Ex-Bayer Kahn: Sicherheit geht vor
Manuel Neuers Patzer war nicht der erste in seiner Karriere. In der AZ redet jetzt Oliver Kahn Klartext. „Es geht darum das richtige Maß zu finden!”
NÜRNBERG Genug Ausreden der Kategorie „Aber” hätte er gefunden. 45 Minuten beschäftigungslos, Temperaturen unter null, der Ball versprungen – doch nichts da. Manuel Neuer war geständig. „Ein klarer Fehler von mir”, sagte der Bayern-Torhüter, „ein Gegentor wurmt einen immer, dieses war besonders ärgerlich.” Und so gewann die DFB-Elf in der WM-Qualifikation gegen Kasachstan 4:1 statt 4:0.
Mehr nicht? Doch.
Die Konsequenz war ein Bruch im Spiel, ansteckende Verunsicherung – der Neuer-Bock passierte in Minute 46. „Der Unterschied zwischen der ersten und der zweiten Halbzeit war ja offensichtlich”, sagte Neuer, „und mein Fehler war die Initialzündung dafür.” Weil er die Situation elegant lösen wollte und den Ball verstolperte. Die Fans in Nürnberg klatschten darauf bei jedem gelungenen Pass. „Unsportlich”, schimpfte Löw: „Ihn wegen eines Fehlers mit Häme zu begleiten, finde ich nicht gerechtfertigt und fair.”
Doch solche Gefahrenmomente außerhalb seiner Hoheitszone Strafraum verschafft sich Neuer (27) immer wieder – ein Spiel mit dem Feuer. Wenn es gut geht, raunt das Publikum. Geht es schief, ist der Ball drin. Noch als Schalker verpatzte er einen Kopfball, im Bayern-Trikot misslangen zwei Ausflüge gegen Gladbach. „Als Manuel noch bei Schalke war, habe ich mir oft gedacht, das ist ja Wahnsinn, wie er das Torwartspiel interpretiert”, sagt Ex-Nationaltorhüter Oliver Kahn (43) jetzt der AZ, „bei Bayern hat sich das relativiert, er hat sich sehr gut entwickelt.” Doch Patzer bleibt Patzer. Eine Frage der Philosophie. Gilt nicht die Formel Sicherheit vor Schönheit?

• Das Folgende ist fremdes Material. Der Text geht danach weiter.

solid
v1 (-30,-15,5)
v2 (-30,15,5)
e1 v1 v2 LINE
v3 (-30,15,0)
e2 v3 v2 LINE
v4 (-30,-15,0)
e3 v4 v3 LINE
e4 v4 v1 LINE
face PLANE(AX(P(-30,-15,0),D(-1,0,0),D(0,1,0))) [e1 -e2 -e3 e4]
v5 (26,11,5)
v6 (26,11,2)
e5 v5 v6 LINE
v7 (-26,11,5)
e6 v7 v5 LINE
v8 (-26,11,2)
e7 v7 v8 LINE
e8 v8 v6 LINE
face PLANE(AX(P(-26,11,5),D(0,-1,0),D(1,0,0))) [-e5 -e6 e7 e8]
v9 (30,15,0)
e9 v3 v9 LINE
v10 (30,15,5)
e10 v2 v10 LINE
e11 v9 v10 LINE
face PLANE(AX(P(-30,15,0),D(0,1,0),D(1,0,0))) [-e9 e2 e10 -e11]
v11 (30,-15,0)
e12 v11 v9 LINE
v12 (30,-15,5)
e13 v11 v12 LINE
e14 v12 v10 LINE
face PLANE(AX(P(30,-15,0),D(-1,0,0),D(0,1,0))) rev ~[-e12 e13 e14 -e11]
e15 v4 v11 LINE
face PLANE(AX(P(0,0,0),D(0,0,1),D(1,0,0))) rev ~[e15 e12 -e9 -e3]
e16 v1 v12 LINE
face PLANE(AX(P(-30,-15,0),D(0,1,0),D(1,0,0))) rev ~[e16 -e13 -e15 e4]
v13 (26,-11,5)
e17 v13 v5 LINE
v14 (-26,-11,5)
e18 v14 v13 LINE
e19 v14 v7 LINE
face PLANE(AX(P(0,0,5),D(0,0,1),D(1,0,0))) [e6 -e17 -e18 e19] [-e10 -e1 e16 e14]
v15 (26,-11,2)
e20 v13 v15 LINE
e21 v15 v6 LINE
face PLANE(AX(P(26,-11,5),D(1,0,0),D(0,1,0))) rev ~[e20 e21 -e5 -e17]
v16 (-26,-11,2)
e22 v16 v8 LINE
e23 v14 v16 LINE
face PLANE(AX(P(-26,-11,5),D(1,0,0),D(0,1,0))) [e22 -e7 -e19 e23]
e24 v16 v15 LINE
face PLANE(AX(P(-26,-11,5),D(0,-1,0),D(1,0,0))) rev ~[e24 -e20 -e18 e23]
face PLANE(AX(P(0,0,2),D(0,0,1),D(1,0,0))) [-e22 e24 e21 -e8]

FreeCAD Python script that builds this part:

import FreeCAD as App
import Part
import Sketcher
Q = App.Units.Quantity


def add_polygon(sketch, points):
    """Adds a closed chain of lines whose ends are joined by coincident constraints."""
    first, n = sketch.GeometryCount, len(points)
    for a, b in zip(points, points[1:] + points[:1]):
        sketch.addGeometry(Part.LineSegment(App.Vector(*a, 0), App.Vector(*b, 0)), False)
    for i in range(n):
        sketch.addConstraint(Sketcher.Constraint("Coincident", first + i, 2, first + (i + 1) % n, 1))

doc = App.newDocument("Part")
body = doc.addObject("PartDesign::Body", "Body")

sketch1 = body.newObject("Sketcher::SketchObject", "Sketch")
sketch1.AttachmentSupport = (doc.getObject("XY_Plane"), [""])
sketch1.MapMode = "FlatFace"
add_polygon(sketch1, [(-30, 15), (-30, -15), (30, -15), (30, 15)])
sketch1.addConstraint([
    Sketcher.Constraint("Vertical", 0),
    Sketcher.Constraint("Horizontal", 1),
    Sketcher.Constraint("Vertical", 2),
    Sketcher.Constraint("Horizontal", 3),
    Sketcher.Constraint("Symmetric", 0, 2, 2, 2, -1, 1),
    Sketcher.Constraint("DistanceX", 1, 1, 1, 2, Q("60 mm")),
    Sketcher.Constraint("DistanceY", 0, 2, 0, 1, Q("30 mm")),
])
pad1 = body.newObject("PartDesign::Pad", "Pad")
pad1.Profile = sketch1
pad1.Length = 5

sketch2 = body.newObject("Sketcher::SketchObject", "Sketch001")
sketch2.AttachmentSupport = (doc.getObject("XY_Plane"), [""])
sketch2.MapMode = "FlatFace"
sketch2.AttachmentOffset = App.Placement(App.Vector(0, 0, 5), App.Rotation())
add_polygon(sketch2, [(-26, 11), (-26, -11), (26, -11), (26, 11)])
sketch2.addConstraint([
    Sketcher.Constraint("Vertical", 0),
    Sketcher.Constraint("Horizontal", 1),
    Sketcher.Constraint("Vertical", 2),
    Sketcher.Constraint("Horizontal", 3),
    Sketcher.Constraint("Symmetric", 0, 2, 2, 2, -1, 1),
    Sketcher.Constraint("DistanceX", 1, 1, 1, 2, Q("52 mm")),
    Sketcher.Constraint("DistanceY", 0, 2, 0, 1, Q("22 mm")),
])
pocket1 = body.newObject("PartDesign::Pocket", "Pocket")
pocket1.Profile = sketch2
pocket1.Length = 3

doc.recompute()
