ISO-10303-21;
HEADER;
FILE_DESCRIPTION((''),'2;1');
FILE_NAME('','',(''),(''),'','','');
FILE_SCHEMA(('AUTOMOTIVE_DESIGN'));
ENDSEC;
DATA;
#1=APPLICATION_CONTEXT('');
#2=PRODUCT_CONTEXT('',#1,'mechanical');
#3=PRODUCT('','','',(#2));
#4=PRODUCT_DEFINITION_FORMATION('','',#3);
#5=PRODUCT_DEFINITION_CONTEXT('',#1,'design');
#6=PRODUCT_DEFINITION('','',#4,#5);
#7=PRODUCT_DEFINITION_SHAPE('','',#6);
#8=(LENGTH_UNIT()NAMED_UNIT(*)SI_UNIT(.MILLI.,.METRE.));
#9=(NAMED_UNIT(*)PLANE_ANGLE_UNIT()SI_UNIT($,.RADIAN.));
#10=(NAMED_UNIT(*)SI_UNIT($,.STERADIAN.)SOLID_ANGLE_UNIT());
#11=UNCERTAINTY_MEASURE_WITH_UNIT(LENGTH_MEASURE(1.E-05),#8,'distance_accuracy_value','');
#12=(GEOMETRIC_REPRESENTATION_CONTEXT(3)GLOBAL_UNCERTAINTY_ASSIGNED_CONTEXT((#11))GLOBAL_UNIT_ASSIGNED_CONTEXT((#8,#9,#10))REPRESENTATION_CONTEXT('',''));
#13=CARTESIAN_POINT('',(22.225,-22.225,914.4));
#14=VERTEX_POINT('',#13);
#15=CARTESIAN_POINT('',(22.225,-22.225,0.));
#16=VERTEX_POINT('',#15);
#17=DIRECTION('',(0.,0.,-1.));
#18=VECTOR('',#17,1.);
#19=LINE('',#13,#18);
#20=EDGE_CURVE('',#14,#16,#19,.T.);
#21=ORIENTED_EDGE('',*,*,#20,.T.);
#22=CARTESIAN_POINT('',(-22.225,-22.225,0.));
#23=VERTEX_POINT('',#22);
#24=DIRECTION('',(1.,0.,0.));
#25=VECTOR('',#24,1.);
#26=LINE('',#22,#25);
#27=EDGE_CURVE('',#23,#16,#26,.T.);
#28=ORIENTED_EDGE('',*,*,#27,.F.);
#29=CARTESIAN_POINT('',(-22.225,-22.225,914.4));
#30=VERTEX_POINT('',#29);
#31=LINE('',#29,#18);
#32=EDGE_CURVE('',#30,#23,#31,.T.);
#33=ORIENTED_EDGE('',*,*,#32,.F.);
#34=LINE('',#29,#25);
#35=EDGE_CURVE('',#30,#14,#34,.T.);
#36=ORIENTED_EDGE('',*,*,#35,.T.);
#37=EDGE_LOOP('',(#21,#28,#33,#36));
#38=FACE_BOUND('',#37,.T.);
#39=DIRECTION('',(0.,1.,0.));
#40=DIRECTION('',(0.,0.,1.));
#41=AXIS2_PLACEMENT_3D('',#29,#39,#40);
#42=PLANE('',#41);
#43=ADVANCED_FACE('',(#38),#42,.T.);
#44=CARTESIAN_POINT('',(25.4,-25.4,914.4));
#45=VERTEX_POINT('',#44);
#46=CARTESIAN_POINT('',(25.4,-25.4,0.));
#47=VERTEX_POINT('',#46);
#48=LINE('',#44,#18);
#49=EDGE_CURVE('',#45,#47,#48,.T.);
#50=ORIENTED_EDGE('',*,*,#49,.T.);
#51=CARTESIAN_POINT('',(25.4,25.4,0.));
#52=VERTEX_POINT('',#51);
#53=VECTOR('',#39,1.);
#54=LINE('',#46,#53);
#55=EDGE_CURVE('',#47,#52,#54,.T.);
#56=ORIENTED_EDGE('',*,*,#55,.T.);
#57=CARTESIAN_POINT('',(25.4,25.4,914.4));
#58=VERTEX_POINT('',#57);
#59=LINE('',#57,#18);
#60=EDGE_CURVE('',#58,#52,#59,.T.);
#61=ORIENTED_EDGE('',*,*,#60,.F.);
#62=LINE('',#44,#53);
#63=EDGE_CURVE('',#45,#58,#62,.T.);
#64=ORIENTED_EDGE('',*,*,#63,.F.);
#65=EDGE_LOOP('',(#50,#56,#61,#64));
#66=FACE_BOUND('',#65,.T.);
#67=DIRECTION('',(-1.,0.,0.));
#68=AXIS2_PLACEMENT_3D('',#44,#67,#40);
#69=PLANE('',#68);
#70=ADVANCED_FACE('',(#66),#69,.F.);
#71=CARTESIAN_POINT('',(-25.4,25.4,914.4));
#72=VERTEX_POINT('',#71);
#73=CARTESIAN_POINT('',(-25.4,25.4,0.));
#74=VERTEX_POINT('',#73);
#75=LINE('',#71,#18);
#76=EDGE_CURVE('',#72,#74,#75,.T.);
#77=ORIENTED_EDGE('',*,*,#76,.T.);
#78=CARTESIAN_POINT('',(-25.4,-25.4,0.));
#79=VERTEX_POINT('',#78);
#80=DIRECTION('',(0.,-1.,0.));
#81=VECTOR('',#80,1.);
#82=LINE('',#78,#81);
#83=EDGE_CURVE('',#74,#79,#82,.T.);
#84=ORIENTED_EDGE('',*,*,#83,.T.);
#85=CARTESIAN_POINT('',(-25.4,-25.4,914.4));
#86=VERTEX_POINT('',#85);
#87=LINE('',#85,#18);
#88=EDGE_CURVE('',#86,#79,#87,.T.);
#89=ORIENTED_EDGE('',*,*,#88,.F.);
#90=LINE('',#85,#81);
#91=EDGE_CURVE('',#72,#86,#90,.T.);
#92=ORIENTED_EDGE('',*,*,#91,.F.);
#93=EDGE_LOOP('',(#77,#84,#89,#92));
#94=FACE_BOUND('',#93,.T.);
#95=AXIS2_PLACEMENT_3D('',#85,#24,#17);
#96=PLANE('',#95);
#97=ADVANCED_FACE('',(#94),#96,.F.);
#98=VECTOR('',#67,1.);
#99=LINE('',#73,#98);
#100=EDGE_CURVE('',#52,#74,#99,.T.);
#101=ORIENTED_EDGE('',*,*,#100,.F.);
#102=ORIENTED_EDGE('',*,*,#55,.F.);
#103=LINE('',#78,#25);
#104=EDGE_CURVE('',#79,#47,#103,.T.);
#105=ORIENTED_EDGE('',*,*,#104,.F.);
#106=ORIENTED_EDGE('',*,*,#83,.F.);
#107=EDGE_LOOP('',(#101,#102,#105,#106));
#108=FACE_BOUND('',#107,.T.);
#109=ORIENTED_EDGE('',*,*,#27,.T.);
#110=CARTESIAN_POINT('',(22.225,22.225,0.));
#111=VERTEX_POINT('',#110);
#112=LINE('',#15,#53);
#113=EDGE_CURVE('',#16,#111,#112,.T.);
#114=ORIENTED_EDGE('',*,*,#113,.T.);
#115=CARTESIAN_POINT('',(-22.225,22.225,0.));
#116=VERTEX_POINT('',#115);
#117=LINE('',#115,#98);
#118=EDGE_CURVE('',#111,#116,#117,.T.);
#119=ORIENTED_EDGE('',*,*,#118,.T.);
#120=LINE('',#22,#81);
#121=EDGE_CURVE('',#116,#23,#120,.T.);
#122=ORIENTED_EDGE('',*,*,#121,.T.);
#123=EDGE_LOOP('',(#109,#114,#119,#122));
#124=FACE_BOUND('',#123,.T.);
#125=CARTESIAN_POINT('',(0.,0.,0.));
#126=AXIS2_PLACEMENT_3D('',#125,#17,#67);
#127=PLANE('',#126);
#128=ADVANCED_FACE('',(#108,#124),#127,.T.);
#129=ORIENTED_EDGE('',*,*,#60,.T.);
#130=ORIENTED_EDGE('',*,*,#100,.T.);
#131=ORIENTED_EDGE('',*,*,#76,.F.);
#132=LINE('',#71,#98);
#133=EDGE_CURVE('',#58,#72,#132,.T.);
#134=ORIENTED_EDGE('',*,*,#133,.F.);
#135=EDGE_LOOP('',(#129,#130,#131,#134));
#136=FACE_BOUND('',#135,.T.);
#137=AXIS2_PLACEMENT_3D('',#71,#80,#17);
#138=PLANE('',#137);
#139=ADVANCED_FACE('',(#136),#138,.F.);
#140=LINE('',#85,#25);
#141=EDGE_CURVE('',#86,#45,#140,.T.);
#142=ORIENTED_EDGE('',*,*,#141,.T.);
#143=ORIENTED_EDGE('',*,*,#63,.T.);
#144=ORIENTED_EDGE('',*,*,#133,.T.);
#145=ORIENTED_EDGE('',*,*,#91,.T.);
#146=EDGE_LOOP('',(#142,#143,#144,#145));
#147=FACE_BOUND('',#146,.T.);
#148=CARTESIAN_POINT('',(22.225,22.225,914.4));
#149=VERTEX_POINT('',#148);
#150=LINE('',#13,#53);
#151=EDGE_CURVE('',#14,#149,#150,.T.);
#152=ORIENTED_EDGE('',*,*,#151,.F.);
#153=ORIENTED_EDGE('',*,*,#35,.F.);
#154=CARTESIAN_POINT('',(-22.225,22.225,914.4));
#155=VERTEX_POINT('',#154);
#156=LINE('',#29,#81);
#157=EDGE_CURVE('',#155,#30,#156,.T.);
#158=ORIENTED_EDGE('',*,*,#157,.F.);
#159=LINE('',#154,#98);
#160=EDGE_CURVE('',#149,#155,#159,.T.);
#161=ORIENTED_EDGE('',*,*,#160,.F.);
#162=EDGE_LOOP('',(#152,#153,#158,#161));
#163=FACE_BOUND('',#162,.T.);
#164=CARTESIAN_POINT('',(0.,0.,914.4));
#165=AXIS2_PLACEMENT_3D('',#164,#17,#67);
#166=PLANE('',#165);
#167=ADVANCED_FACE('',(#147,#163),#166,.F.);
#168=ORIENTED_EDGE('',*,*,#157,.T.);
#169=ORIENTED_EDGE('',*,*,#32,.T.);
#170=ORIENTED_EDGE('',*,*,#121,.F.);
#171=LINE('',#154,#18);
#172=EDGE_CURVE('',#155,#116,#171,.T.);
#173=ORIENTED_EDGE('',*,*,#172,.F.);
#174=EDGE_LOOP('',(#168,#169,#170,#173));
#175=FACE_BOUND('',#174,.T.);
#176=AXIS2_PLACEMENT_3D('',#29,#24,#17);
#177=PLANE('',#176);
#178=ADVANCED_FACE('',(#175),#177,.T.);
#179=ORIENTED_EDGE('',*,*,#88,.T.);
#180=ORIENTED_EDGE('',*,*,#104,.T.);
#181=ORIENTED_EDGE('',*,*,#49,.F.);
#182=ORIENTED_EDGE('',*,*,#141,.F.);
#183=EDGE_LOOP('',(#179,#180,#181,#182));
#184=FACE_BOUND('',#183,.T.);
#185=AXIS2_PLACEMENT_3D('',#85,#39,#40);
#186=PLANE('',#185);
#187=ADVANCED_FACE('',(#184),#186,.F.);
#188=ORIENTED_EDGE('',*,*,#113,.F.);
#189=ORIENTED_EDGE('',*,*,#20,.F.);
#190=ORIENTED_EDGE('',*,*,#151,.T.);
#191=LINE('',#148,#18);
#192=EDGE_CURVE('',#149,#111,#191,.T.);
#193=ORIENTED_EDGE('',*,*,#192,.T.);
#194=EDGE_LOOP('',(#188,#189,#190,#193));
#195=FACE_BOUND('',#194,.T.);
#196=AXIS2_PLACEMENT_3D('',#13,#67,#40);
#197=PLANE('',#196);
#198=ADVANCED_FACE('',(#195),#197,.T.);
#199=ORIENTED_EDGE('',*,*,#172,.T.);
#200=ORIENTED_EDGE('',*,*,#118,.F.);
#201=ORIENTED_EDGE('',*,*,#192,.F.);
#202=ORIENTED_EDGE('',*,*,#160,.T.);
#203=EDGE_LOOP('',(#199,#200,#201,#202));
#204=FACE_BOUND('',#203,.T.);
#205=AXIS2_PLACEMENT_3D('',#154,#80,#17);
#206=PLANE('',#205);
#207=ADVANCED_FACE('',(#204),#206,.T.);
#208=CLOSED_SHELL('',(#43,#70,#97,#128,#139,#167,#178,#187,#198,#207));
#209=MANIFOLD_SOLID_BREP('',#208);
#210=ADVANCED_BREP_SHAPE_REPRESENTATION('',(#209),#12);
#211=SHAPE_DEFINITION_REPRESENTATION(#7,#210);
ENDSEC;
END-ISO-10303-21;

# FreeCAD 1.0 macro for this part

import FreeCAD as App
import Part
import Sketcher

V = App.Vector
Q = App.Units.Quantity

doc = App.newDocument("Part")
params = doc.addObject("Spreadsheet::Sheet", "Params")
for row, (alias, value) in enumerate([
    ("sketch1_width", "2 in"),
    ("sketch1_width2", "1.75 in"),
    ("pad1_length", "36 in"),
], start=1):
    params.set(f"A{row}", alias)
    params.set(f"B{row}", "=" + value)
    params.setAlias(f"B{row}", alias)

body = doc.addObject("PartDesign::Body", "Body")

sketch1 = body.newObject("Sketcher::SketchObject", "Sketch")
sketch1.AttachmentSupport = (doc.getObject("XY_Plane"), [""])
sketch1.MapMode = "FlatFace"
sketch1.addGeometry([
    Part.LineSegment(V(-25, 25, 0), V(-25, -25, 0)),
    Part.LineSegment(V(-25, -25, 0), V(25, -25, 0)),
    Part.LineSegment(V(25, -25, 0), V(25, 25, 0)),
    Part.LineSegment(V(25, 25, 0), V(-25, 25, 0)),
    Part.LineSegment(V(22, -22, 0), V(-22, -22, 0)),
    Part.LineSegment(V(-22, -22, 0), V(-22, 22, 0)),
    Part.LineSegment(V(-22, 22, 0), V(22, 22, 0)),
    Part.LineSegment(V(22, 22, 0), V(22, -22, 0)),
], False)
sketch1.addConstraint([
    Sketcher.Constraint("Coincident", 0, 2, 1, 1),
    Sketcher.Constraint("Coincident", 1, 2, 2, 1),
    Sketcher.Constraint("Coincident", 2, 2, 3, 1),
    Sketcher.Constraint("Coincident", 3, 2, 0, 1),
    Sketcher.Constraint("Coincident", 4, 2, 5, 1),
    Sketcher.Constraint("Coincident", 5, 2, 6, 1),
    Sketcher.Constraint("Coincident", 6, 2, 7, 1),
    Sketcher.Constraint("Coincident", 7, 2, 4, 1),
    Sketcher.Constraint("Vertical", 0),
    Sketcher.Constraint("Horizontal", 1),
    Sketcher.Constraint("Vertical", 2),
    Sketcher.Constraint("Horizontal", 3),
    Sketcher.Constraint("Horizontal", 4),
    Sketcher.Constraint("Vertical", 5),
    Sketcher.Constraint("Horizontal", 6),
    Sketcher.Constraint("Vertical", 7),
    Sketcher.Constraint("Symmetric", 0, 2, 2, 2, -1, 1),
    Sketcher.Constraint("Symmetric", 4, 2, 6, 2, -1, 1),
    Sketcher.Constraint("Equal", 3, 0),
    Sketcher.Constraint("Equal", 6, 5),
    Sketcher.Constraint("DistanceX", 1, 1, 1, 2, Q("2 in")),
    Sketcher.Constraint("DistanceX", 4, 2, 4, 1, Q("1.75 in")),
])
sketch1.setExpression("Constraints[20]", "Params.sketch1_width")
sketch1.setExpression("Constraints[21]", "Params.sketch1_width2")
pad1 = body.newObject("PartDesign::Pad", "Pad")
pad1.Profile = sketch1
pad1.setExpression("Length", "Params.pad1_length")

doc.recompute()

Kahn: „Ich habe mich im Zweifel für absolute Sicherheit entschieden. Auch ein gezielter langer Ball kann ein Spiel schnell machen.” Das Torwartspiel hat sich weiterentwickelt. „Es ist richtig, dass die Torhüter heute versuchen, viele Situationen spielerisch zu lösen, weil sie technisch sehr gut ausgebildet sind und wie ein Feldspieler mit ins Spiel einbezogen werden können”, meint der Ex-Bayern-Kapitän, „aber es geht darum, das richtige Maß zu finden!”
Für Kahn sind die Torlinie, der Fünfmeterraum die entscheidende Bühne. „Torhüter entscheiden Spiele. Aber nicht dadurch, dass sie fußballerisch brillieren, sondern mit spielentscheidenden Reflexen und Paraden”, sagt Kahn, „so ermöglichst du als Torwart deiner Mannschaft Siege und Titel.” Und nicht als Libero hinter der Abwehr.
Kahn rät Neuer, sich bei den Könnern der Zunft etwas abzuschauen: „Alle großen Torhüter wie Casillas, Buffon, van der Sar oder Schmeichel haben immer die optimale Mischung zwischen Risiko und Sicherheit gefunden. Als Torhüter musst du dich fragen: in welchem Verhältnis sollte das Risiko zu meinem Spiel stehen?” Kahn rät: Lieber mal ab auf die Tribüne mit dem Ball.
Löw indes findet: „Manuel spielt einen offensiven Torhüter, daher soll er seinen Spielstil auf keinen Fall umstellen.”